Go through the data and copy each line where the string "with" appears.
■ ■ ■ ■ ■
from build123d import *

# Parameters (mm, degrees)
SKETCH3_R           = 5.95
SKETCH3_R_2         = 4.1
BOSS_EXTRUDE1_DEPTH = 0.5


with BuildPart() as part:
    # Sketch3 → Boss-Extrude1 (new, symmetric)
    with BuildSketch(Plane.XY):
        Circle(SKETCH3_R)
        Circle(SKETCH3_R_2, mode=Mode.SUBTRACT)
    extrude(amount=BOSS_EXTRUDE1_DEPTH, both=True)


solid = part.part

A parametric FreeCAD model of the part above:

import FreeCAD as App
import Part
import Sketcher

V = App.Vector
Q = App.Units.Quantity

doc = App.newDocument("Part")
body = doc.addObject("PartDesign::Body", "Body")

sketch1 = body.newObject("Sketcher::SketchObject", "Sketch")
sketch1.AttachmentSupport = (doc.getObject("XY_Plane"), [""])
sketch1.MapMode = "FlatFace"
sketch1.addGeometry(Part.Circle(V(0, 0, 0), V(0, 0, 1), 6), False)
sketch1.addGeometry(Part.Circle(V(0, 0, 0), V(0, 0, 1), 4.1), False)
sketch1.addConstraint(Sketcher.Constraint("Coincident", 0, 3, -1, 1))
sketch1.addConstraint(Sketcher.Constraint("Coincident", 1, 3, -1, 1))
sketch1.addConstraint(Sketcher.Constraint("Diameter", 0, Q("11.9 mm")))
sketch1.addConstraint(Sketcher.Constraint("Diameter", 1, Q("8.2 mm")))
pad1 = body.newObject("PartDesign::Pad", "Pad")
pad1.Profile = sketch1
pad1.Length = 1
pad1.Midplane = True

doc.recompute()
■ ■ ■ ■ ■
▸ RESULT:
with BuildPart() as part:
    with BuildSketch(Plane.XY):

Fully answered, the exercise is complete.